Cave animals provide a compelling system for investigating diverse morphological, developmental, and behavioral traits. But one of the limiting factors in establishing this model system is a lack of genetic tools that would allow us to manipulate gene function. Here we demonstrate three different approaches to manipulate gene function in the Mexican cave fish, Astyanax mexicanus.
These tools will enable the investigation of the genes underlying natural variations between surface fish and cave fish and how they relate to phenotypes. Bethany Stahl, a talented postdoc in my laboratory will demonstrate this procedure. Before beginning the procedure, fill a 100 milliliter Petri dish with warm 3%agarose dissolved in fish system water and carefully place an egg injection mold into the agarose at a 45 degree angle, before slowly lowering the mold into the agarose to avoid trapping air under the mold.
When the agarose has solidified, carefully remove the mold then store the plate at four degrees Celsius for up to one week. Then pull needles from borosilicate glass capillaries and an electrode needle puller according to the manufacturer's guidelines. On the day of the injection, use a glass pipette to transfer single cell eggs into the injection plate, filling up to five rows of the injection plate with 30 to 40 eggs per row.
Keep the eggs hydrated with a small amount of fish system water. Thaw Morpholino on ice and prepare the injection solution so that 400 picograms of Morpholino is injected per egg by using a long Microloader pipette tip or adding a two to four microliter bolus to the end. When all of the needles have been loaded, use forceps to trim the excess length from the injection needle tips and mount the first needle into a micromanipulator connected to a picoliter microinjector.

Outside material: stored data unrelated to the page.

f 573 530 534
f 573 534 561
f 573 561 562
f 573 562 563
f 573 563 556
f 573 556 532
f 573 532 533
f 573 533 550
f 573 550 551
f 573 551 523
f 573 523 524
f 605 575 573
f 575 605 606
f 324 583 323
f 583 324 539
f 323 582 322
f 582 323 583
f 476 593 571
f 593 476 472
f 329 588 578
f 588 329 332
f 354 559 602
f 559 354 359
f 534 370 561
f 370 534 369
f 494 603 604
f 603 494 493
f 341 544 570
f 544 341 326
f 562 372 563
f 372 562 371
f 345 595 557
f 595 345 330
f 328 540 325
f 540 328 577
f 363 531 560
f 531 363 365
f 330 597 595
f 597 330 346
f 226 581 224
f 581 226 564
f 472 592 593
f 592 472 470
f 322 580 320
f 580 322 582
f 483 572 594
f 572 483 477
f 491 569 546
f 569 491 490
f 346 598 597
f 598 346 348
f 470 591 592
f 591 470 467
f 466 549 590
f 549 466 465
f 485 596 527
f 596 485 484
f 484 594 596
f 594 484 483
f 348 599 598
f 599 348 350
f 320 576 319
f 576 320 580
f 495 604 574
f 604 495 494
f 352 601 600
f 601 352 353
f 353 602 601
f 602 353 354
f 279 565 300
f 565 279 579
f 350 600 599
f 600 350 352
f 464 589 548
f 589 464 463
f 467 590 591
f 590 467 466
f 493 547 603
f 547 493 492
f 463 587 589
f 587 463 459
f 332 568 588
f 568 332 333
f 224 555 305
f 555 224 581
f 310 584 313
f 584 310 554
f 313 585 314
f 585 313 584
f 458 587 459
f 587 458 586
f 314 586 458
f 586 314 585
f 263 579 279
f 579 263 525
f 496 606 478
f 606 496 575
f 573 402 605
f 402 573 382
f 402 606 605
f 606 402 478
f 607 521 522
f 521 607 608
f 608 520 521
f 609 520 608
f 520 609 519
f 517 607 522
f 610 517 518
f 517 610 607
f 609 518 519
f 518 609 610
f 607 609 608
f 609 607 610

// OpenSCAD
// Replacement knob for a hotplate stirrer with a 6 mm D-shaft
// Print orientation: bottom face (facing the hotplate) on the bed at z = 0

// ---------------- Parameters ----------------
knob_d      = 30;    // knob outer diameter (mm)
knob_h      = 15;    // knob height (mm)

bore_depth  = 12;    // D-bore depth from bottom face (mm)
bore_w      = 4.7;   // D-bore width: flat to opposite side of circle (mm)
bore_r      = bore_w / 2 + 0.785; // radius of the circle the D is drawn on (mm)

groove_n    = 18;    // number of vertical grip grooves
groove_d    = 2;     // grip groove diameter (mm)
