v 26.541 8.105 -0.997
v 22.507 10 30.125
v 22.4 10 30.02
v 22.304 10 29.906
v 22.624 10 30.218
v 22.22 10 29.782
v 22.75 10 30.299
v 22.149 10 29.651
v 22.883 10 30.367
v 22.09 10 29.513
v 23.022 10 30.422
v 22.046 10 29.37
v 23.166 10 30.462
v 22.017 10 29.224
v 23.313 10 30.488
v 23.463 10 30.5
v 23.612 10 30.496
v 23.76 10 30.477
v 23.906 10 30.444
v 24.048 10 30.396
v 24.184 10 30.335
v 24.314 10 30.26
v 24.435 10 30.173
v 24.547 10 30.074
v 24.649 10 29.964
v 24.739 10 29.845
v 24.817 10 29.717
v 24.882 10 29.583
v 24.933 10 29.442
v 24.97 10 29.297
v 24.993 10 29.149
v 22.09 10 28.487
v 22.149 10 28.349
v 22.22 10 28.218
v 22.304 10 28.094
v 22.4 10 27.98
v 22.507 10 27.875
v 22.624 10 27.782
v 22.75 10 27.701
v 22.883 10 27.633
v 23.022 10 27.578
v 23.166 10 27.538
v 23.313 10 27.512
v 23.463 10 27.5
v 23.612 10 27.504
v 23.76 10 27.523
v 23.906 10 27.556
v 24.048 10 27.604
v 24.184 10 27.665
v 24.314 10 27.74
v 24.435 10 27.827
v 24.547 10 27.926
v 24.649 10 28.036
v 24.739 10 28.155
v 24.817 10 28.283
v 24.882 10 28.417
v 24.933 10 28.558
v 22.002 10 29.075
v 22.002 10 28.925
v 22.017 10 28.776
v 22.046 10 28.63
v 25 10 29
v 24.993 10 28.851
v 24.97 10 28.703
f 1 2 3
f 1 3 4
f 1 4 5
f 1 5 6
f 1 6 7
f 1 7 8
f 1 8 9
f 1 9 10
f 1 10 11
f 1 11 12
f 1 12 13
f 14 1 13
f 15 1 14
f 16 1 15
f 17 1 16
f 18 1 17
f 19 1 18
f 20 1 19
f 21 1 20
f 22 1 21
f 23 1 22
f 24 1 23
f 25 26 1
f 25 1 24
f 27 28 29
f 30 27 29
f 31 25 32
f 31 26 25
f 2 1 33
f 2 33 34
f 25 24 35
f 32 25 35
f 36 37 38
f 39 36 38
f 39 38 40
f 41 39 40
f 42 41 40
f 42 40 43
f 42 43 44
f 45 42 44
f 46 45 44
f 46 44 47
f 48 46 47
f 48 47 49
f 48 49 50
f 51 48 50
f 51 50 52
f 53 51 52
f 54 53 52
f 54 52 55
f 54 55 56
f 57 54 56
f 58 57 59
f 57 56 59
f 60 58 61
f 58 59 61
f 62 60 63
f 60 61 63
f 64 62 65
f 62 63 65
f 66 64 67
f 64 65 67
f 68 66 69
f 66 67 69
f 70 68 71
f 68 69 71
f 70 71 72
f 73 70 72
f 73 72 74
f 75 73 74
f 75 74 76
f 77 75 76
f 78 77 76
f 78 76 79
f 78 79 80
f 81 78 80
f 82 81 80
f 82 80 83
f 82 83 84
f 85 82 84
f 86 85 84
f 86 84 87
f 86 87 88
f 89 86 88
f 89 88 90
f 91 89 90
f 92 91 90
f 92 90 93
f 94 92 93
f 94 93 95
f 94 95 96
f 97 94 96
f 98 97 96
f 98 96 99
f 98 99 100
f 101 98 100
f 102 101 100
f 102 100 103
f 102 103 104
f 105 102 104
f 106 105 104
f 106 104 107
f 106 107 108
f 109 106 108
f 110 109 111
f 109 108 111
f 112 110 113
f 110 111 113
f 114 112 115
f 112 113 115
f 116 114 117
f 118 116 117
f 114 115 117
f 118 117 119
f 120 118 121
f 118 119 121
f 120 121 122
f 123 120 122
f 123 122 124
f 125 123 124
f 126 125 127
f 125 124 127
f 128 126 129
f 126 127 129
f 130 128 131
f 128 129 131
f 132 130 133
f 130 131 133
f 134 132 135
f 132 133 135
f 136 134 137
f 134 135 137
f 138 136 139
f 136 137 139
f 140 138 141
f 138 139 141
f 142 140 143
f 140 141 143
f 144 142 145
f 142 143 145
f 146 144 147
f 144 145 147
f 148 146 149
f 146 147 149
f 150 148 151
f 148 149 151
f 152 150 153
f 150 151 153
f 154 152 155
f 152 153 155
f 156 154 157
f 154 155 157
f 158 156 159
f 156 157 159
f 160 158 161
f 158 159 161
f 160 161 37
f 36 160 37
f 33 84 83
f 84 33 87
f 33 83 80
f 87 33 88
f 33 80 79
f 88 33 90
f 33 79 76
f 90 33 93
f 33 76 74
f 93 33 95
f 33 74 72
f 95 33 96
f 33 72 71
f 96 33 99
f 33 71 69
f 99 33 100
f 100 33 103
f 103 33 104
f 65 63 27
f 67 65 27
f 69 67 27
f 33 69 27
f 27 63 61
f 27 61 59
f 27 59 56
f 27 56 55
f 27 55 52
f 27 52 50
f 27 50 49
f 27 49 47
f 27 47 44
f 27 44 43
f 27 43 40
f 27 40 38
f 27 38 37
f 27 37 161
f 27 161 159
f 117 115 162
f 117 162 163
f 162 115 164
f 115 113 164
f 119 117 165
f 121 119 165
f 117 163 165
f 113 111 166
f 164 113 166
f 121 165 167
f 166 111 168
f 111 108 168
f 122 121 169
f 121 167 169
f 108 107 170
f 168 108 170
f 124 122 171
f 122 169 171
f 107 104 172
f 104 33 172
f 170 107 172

Then, place the injection dish under a dissecting microscope and use the micromanipulator to penetrate each egg with the needle before injecting one nanoliter of Morpholino injection solution directly into the yolk. For CRISPR injection, mix 25 picograms of guide RNA with 300 picograms of CRISPR-associated protein 9 messenger RNA and inject two nanoliters of the resulting RNA solution into each embryo as demonstrated. For Tol2 transposase and Tol2 flanked plasmid injection, combine 25 nanograms per microliter of Tol2 messenger RNA with 25 nanograms per microliter of Tol2 plasmid construct and phenol red in RNase-free water.
Then inject one nanoliter of solution into each embryo as just demonstrated. To screen the Morpholino-injected animals at four days post injection, depending on the gene of interest, visualize the fish larvae under a stereo microscope to observe the phenotype of the injected animals or video record to measure behavior. To screen for CRISPR indels, transfer CRISPR-injected embryos into PCR tubes and extract the DNA according to standard DNA extraction protocols for polymerase chain reaction or PCR analysis.
To assess for mutagenesis, run five microliters of the PCR product on a 3%agarose gel at 70 volts for three hours. Wild-type, non-mutagenized DNA will result in a distinct band, while mutant DNA will result in a smeary band. Cave A mexicanus injected with a control Morpholino exhibits significantly more locomotor activity and reduced sleep over a 24-hour period, compared to surface fish injected with a scrambled Morpholino.
The injection of the hypocretin orexin Morpholino has little effect on sleep in surface fish compared to control-injected fish. In contrast, hypocretin orexin knockdown via Morpholino injection has a significant effect on sleep in cave-dwelling fish, providing a direct link between hypocretin orexin expression and sleep loss. CRPSR-mediated mutagenesis of the albinism gene OCA2 in surface fish results in some individuals homozygous for the wild-type OCA2 positive allele, and is associated with harboring pigmentation, whereas individuals that have two copies of the CRISPR-mutated OCA2 negative allele are albino, providing a direct link between the mutant OCA2 gene and albinism in cave fish.
Select F0's positive for the Tol2 transmitted transgene to back cross to the wild type to generate stable F1 lines. This enables live calcium imaging for uncovering differences in neuronal activity, mediating behavioral changes in the cave environment, laying the groundwork for the expression of many additional transgenes to characterize and manipulate gene function in A mexicanus. The most important things to remember are to load the eggs tightly onto the plate, to trim the needle properly, and to optimize the microinjection.
After a successful genetic knockdown, transgene integration, or CRISPR-mediated gene editing, these fish can be used for developmental, behavioral, and brain activity analyses.